Convert your model with this calibration dataset:

```python
python tools/deploy.py \
    ...
    --calib-dataset-cfg calibration_dataset.py
```

If the calibration dataset is not given, the data will be calibrated with the dataset in model config.

## FAQs

- Error `Cannot found TensorRT headers` or `Cannot found TensorRT libs`

  Try cmake with flag `-DTENSORRT_DIR`:

  ```bash
  cmake -DBUILD_TENSORRT_OPS=ON -DTENSORRT_DIR=${TENSORRT_DIR} ..
  make -j$(nproc)
  ```

  Please make sure there are libs and headers in `${TENSORRT_DIR}`.
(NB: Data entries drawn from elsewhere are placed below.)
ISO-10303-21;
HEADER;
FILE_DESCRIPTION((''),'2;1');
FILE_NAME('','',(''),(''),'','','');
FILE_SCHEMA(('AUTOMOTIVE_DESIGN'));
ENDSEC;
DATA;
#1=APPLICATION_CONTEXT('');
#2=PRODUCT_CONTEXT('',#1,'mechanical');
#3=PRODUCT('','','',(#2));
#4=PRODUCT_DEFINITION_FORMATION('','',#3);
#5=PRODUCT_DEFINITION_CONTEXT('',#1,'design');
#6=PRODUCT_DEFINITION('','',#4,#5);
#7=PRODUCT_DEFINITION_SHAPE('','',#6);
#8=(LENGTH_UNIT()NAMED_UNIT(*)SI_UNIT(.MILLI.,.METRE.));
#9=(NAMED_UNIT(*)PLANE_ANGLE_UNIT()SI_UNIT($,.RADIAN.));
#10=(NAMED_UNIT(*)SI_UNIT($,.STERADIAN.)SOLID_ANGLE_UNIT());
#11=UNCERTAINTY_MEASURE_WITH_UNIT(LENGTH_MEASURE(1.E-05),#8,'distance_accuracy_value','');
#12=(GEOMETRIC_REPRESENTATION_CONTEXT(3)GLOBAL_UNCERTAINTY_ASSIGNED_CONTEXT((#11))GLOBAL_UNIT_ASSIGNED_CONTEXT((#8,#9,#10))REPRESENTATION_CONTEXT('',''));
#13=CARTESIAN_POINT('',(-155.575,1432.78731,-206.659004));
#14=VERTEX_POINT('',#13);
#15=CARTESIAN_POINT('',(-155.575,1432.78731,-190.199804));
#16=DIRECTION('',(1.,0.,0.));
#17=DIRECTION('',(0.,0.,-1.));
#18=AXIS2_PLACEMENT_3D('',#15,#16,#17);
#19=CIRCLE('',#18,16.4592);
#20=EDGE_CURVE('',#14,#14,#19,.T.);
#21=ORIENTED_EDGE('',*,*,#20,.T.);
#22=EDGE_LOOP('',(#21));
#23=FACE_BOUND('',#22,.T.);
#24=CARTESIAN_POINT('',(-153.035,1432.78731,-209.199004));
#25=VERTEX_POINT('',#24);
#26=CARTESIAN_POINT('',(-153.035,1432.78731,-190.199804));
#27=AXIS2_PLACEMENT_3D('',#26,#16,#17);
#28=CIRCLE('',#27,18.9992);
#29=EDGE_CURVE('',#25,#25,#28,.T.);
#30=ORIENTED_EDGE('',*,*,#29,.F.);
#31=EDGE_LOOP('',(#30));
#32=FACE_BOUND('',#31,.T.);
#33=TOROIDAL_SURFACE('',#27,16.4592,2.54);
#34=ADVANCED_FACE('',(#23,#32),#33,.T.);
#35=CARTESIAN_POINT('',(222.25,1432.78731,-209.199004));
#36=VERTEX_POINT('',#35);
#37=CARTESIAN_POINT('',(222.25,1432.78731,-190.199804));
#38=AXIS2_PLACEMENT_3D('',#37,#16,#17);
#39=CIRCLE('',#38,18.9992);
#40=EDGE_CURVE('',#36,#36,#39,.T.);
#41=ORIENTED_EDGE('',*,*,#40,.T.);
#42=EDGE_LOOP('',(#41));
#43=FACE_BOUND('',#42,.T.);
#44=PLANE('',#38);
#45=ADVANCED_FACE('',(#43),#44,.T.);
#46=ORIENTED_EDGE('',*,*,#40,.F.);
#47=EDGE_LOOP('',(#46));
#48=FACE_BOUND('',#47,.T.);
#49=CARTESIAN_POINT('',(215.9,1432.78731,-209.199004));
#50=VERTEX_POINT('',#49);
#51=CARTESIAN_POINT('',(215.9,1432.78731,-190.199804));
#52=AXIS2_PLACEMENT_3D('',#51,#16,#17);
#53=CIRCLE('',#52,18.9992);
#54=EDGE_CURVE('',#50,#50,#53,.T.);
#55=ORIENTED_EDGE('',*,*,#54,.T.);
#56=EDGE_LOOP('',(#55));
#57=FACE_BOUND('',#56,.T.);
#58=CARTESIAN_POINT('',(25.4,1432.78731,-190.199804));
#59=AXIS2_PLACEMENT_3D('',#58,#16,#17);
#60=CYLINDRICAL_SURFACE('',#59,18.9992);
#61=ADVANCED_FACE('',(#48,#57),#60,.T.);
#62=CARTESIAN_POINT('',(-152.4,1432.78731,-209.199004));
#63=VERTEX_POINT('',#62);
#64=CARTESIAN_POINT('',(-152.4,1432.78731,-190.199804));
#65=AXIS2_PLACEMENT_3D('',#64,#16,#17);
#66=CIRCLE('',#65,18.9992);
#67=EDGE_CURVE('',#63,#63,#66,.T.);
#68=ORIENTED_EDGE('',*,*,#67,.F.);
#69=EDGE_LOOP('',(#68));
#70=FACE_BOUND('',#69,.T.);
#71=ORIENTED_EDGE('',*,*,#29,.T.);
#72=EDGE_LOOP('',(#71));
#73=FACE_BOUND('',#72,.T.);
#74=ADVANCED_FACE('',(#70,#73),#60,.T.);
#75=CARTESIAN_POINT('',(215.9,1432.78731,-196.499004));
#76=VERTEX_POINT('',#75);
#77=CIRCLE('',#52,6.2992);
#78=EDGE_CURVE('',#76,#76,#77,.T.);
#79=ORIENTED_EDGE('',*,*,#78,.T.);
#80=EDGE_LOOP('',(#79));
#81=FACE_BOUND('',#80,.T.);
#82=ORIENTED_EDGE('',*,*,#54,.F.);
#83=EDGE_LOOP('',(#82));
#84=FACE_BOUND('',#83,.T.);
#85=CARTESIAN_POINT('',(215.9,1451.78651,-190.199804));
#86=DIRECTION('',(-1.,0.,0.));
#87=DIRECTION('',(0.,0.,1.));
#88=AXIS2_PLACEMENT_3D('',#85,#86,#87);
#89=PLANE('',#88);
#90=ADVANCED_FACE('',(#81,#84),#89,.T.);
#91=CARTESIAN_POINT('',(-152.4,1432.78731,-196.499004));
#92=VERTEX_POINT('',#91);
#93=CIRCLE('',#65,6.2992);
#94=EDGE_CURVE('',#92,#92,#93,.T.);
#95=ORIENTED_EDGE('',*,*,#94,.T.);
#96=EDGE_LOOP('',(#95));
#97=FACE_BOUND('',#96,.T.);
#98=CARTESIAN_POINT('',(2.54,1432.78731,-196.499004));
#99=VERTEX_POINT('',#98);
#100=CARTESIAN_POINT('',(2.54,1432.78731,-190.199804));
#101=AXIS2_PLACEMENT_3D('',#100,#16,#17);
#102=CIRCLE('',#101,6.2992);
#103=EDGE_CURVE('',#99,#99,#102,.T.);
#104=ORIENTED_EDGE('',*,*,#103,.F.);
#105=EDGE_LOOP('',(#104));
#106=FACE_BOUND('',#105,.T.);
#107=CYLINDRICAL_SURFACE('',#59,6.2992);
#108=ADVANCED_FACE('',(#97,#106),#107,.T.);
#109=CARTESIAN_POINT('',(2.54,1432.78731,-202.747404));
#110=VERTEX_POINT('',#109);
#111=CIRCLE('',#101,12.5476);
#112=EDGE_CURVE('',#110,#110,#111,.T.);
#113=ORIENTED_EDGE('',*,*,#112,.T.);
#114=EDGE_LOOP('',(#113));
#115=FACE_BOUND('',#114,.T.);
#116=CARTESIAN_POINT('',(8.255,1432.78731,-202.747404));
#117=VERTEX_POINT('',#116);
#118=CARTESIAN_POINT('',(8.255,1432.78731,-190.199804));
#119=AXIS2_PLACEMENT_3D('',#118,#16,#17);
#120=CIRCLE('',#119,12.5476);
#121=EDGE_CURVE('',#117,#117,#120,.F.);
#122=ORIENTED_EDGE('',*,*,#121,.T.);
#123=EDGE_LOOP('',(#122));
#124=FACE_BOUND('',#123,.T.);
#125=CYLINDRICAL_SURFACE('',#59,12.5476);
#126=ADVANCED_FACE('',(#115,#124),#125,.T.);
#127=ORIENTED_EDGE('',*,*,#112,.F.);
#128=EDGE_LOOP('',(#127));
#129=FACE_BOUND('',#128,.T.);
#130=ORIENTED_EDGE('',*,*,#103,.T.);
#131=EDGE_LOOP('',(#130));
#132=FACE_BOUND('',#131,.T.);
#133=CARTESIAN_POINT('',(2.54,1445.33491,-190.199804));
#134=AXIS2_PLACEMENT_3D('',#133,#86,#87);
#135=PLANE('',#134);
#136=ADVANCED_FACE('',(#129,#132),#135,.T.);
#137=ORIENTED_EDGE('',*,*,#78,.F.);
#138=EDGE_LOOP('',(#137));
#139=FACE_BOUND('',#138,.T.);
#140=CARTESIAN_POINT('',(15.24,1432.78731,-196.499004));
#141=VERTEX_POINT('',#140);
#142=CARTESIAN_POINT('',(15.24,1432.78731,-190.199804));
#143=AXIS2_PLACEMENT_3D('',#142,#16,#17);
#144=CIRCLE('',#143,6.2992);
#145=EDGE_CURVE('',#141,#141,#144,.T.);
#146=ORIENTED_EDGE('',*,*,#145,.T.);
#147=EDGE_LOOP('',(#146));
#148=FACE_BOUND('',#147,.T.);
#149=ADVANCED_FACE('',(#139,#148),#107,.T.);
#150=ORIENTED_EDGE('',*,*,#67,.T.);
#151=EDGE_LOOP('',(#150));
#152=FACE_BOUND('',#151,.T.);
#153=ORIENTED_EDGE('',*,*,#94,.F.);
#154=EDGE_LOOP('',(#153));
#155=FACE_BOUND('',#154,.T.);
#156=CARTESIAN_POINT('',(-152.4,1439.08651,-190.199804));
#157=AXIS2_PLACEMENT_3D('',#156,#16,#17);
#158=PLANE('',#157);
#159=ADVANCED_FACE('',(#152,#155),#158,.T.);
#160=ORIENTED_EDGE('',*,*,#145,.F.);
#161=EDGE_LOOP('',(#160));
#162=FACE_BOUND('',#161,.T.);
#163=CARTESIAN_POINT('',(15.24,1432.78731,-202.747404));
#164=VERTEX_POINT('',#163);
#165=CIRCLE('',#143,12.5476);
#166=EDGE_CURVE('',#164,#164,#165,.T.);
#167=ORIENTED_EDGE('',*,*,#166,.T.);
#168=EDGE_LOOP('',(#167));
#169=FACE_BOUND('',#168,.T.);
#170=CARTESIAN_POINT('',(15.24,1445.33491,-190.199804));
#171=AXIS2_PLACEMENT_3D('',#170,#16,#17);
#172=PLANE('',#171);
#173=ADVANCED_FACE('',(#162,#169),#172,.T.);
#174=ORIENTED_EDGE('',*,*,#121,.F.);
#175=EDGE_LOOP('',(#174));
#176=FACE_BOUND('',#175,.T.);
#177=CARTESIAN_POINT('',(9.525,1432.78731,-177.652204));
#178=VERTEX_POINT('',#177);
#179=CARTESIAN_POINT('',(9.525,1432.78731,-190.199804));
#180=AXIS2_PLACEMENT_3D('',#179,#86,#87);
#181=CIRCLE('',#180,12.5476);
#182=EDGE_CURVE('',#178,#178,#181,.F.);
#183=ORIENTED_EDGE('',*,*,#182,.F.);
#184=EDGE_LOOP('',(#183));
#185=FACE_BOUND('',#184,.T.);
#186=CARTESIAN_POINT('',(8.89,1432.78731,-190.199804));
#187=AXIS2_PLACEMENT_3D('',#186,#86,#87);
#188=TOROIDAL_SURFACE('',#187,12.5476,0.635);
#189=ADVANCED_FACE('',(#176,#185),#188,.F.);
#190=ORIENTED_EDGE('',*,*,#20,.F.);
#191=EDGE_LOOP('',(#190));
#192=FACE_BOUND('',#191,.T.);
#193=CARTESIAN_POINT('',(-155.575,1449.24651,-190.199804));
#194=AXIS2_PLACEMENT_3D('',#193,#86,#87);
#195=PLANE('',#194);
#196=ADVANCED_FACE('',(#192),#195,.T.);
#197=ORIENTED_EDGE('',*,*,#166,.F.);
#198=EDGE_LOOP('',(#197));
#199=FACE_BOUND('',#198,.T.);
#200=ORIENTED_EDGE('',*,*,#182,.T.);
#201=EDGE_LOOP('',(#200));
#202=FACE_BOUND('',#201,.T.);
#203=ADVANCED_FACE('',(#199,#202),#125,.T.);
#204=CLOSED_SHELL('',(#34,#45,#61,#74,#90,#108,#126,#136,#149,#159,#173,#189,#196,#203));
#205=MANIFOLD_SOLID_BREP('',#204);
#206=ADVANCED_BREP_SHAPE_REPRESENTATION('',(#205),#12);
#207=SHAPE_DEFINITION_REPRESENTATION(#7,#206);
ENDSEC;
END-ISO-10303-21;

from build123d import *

# Parameters (mm, degrees)
SKETCH3_R = 0.635


with BuildPart() as part:
    # Sketch2 → Revolve1 (revolve)
    with BuildSketch(Plane(origin=(25.4, 0, -190.199803954), x_dir=(1, 0, 0), z_dir=(0, 0, 1))):
        with BuildLine():
            Line((-10.16, 1439.086510137), (114.3, 1439.086510137))
            Line((114.3, 1439.086510137), (190.5, 1439.086510137))
            Line((190.5, 1439.086510137), (190.5, 1451.786510137))
            Line((190.5, 1451.786510137), (196.85, 1451.786510137))
            Line((196.85, 1451.786510137), (196.85, 1432.787310137))
            Line((196.85, 1432.787310137), (-180.975, 1432.787310137))
            Line((-180.975, 1432.787310137), (-180.975, 1449.246510137))
            ThreePointArc((-180.975, 1449.246510137), (-180.231051224, 1451.042561361), (-178.435, 1451.786510137))
            Line((-178.435, 1451.786510137), (-177.8, 1451.786510137))
            Line((-177.8, 1451.786510137), (-177.8, 1439.086510137))
            Line((-177.8, 1439.086510137), (-101.6, 1439.086510137))
            Line((-101.6, 1439.086510137), (-91.44, 1439.086510137))
            Line((-91.44, 1439.086510137), (-22.86, 1439.086510137))
            Line((-22.86, 1439.086510137), (-22.86, 1445.334910137))
            Line((-22.86, 1445.334910137), (-10.16, 1445.334910137))
            Line((-10.16, 1445.334910137), (-10.16, 1439.086510137))
        make_face()
    revolve(axis=Axis((25.4, 1432.787310137, -190.199803954), (-1, 0, 0)))

    # Sketch3 → Cut-Revolve1 (revolve, cut)
    with BuildSketch(Plane(origin=(25.4, 0, -190.199803954), x_dir=(1, 0, 0), z_dir=(0, 0, 1))):
        with Locations((-16.51, 1445.334910137)):
            Circle(SKETCH3_R)
    revolve(axis=Axis((2.54, 1432.787310137, -190.199803954), (1, 0, 0)), mode=Mode.SUBTRACT)


solid = part.part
- Error `error: parameter check failed at: engine.cpp::setBindingDimensions::1046, condition: profileMinDims.d[i] <= dimensions.d[i]`

  There is an input shape limit in deployment config:

  ```python
  backend_config = dict(
      # other configs
      model_inputs=[
          dict(
              input_shapes=dict(
                  input=dict(
                      min_shape=[1, 3, 320, 320],
                      opt_shape=[1, 3, 800, 1344],
                      max_shape=[1, 3, 1344, 1344])))
      ])
      # other configs
  ```

  The shape of the tensor `input` must be limited between `input_shapes["input"]["min_shape"]` and `input_shapes["input"]["max_shape"]`.

- Error `error: [TensorRT] INTERNAL ERROR: Assertion failed: cublasStatus == CUBLAS_STATUS_SUCCESS`

  TRT 7.2.1 switches to use cuBLASLt (previously it was cuBLAS). cuBLASLt is the default choice for SM version >= 7.0. However, you may need CUDA-10.2 Patch 1 (Released Aug 26, 2020) to resolve some cuBLASLt issues. Another option is to use the new TacticSource API and disable cuBLASLt tactics if you don't want to upgrade.

  Read [this](https://forums.developer.nvidia.com/t/matrixmultiply-failed-on-tensorrt-7-2-1/158187/4) for detail.

- Install mmdeploy on Jetson

  We provide a tutorial to get start on Jetsons [here](../01-how-to-build/jetsons.md).